The optimal technique, of course, is to bake it into your service so that nobody has to worry about it.  That's what we're about to do.

There is an open source STUN/TURN server called coturn which is part of the default Ubuntu package repository.  Installing it is about as easy as it gets:

drwho@jackpoint:~(3) $ sudo apt-get update
...
drwho@jackpoint:~(3) $ sudo apt-get install -y coturn

You don't need to enable a whole lot in the /etc/turnserver.conf file to get it running, so here's what I had to change:

# TCP and UDP ports to listen on.
listening-port=3478

# TCP and UDP ports to listen for TLS traffic on.
tls-listening-port=5349

# IP addresses to listen on.  You need at least one, but multiple are supported.
listening-ip=your.servers.ip.address
listening-ip=your.servers.other.ip

# Verbose logs, please.
verbose

# Use fingerprints in TURN messages.
fingerprint

# Use long-term credentials (needed for server integration).
lt-cred-mech

# Turn on secret-based authentication.
use-auth-secret

# Static secret to use for authentication.
static-auth-secret=LoveSexSecretGod

# The default realm to handle traffic for.  This is needed both for the API
# and because we're not configuring a database for this service.
realm=name.of.your.server.example.com

# Log to syslog, because systemd sucks.
syslog

(Incidentally, here's how I extracted only the config options: grep -v '^#' /etc/turnserver.conf | grep -v '^\W*$' | grep -v '^\w$')

Edit the /etc/default/coturn file so that it looks like this:

#
# Uncomment it if you want to have the turnserver running as 
# an automatic system service daemon
#
TURNSERVER_ENABLED=1

I have no idea why the packagers thought this was a good idea.

Now let's fire it up:

drwho@jackpoint:~(3) $ sudo systemctl enable coturn.service
drwho@jackpoint:~(3) $ sudo systemctl start coturn.service

One more thing: If you have a firewall running on your box, you need to make coturn accessible from outside.  I forgot to do that and spent an hour troubleshooting it.

drwho@jackpoint:~(3) $ sudo ufw allow Turnserver

(No, I don't know why the package is called coturn, but everything refers to turnserver.)

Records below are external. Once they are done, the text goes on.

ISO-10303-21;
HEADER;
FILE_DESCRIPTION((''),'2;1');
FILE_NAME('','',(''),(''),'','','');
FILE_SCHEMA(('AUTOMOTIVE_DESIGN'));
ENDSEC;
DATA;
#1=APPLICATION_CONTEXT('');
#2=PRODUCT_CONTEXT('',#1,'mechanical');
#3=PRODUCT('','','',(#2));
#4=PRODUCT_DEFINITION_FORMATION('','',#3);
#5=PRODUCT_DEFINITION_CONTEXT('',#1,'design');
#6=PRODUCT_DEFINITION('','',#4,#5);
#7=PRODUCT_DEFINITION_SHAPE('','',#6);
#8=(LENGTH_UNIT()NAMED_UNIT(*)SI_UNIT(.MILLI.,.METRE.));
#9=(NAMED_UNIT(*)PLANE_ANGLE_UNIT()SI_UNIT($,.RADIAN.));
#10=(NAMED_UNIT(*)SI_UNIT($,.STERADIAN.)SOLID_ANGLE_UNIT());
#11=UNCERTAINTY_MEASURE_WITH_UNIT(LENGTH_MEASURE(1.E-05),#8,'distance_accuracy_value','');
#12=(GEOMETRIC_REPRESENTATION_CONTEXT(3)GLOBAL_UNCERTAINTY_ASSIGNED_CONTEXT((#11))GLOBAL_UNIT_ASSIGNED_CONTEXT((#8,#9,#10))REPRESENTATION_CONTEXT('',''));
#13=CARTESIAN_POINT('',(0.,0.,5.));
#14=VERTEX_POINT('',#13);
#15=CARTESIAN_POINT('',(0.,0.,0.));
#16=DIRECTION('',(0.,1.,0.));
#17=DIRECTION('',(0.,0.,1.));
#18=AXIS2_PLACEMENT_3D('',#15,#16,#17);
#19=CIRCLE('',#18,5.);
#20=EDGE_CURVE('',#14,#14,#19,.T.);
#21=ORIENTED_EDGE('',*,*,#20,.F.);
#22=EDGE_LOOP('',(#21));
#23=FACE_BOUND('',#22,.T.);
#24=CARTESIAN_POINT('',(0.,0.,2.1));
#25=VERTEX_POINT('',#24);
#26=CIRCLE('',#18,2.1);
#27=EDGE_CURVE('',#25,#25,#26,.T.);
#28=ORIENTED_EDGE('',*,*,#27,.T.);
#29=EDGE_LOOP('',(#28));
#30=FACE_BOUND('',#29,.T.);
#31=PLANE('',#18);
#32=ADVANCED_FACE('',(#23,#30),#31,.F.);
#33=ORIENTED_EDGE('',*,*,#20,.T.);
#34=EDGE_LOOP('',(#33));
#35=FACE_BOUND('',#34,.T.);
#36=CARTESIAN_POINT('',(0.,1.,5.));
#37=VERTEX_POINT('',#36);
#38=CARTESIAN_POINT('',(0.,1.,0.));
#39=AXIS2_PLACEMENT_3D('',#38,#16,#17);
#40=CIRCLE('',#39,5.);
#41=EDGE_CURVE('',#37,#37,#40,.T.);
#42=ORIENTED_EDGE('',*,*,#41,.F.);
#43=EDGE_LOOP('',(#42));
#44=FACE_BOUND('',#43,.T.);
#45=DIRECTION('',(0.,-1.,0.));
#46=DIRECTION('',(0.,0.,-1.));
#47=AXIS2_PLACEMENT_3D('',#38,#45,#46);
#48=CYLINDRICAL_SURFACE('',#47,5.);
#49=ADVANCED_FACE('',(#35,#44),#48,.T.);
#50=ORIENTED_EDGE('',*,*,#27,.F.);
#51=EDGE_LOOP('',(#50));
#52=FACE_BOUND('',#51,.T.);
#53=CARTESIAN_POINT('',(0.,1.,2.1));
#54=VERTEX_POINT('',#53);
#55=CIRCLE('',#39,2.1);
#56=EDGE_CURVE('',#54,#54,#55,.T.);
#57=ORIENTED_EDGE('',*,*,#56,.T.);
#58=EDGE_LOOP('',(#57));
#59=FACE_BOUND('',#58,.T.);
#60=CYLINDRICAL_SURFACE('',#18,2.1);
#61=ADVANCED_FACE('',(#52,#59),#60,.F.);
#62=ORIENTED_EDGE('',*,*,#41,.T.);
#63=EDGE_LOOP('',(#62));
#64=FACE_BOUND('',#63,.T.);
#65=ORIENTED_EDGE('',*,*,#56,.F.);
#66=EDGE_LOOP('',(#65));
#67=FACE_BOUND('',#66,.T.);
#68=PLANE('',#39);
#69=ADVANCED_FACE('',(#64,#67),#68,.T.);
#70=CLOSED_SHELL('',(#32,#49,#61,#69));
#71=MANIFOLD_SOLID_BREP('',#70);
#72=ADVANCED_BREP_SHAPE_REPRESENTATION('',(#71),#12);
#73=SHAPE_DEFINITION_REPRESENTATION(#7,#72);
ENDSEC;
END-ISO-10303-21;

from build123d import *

# Parameters (mm, degrees)
CROQUIS1_R              = 5
SALIENTE_EXTRUIR1_DEPTH = 1
CROQUIS2_R              = 2.1
CORTAR_EXTRUIR1_DEPTH   = 8.141428429


with BuildPart() as part:
    # Croquis1 → Saliente-Extruir1 (new body)
    with BuildSketch(Plane(origin=(0, 0, 0), x_dir=(1, 0, 0), z_dir=(0, 1, 0))):
        with Locations(Location((0, 0, 0), (0, 0, 270))):
            Circle(CROQUIS1_R)
    extrude(amount=SALIENTE_EXTRUIR1_DEPTH)

    # Croquis2 → Cortar-Extruir1 (cut, through all)
    with BuildSketch(Plane(origin=(0, 1, 0), x_dir=(1, 0, 0), z_dir=(0, 1, 0))):
        with Locations(Location((0, 0, 0), (0, 0, 270))):
            Circle(CROQUIS2_R)
    extrude(amount=-CORTAR_EXTRUIR1_DEPTH, mode=Mode.SUBTRACT)


solid = part.part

Now, we reconfigure Synapse a bit by editing the /home/matrix/homeserver.yaml config file.  I'll only list the stuff I had to add or edit to that file below:

...
# URLs of the STUN/TURN server to use.  These should be all on one line.
turn_uris: [ "turn:name.of.your.server.example.com:3478?transport=tcp",
    "turn:name.of.your.server.example.com:3478?transport=udp" ]

# Shared authentication secret. Matches /etc/turnserver.conf.
turn_shared_secret: "LoveSexSecretGod"

# How long a TURN session can last, in ms.
turn_user_lifetime: 86400000

# Are guests allowed to use the TURN server?
# If this is 'false', reliability of VoIP tanks.
turn_allow_guests: true
...

And restart Synapse:

drwho@jackpoint:/home/matrix(3) $ sudo systemctl restart matrix-synapse.service

Any logged in users will probably only notice a one second blip when you do this.  The upshot, however, will be Matrix's VoIP functionality working much more reliably.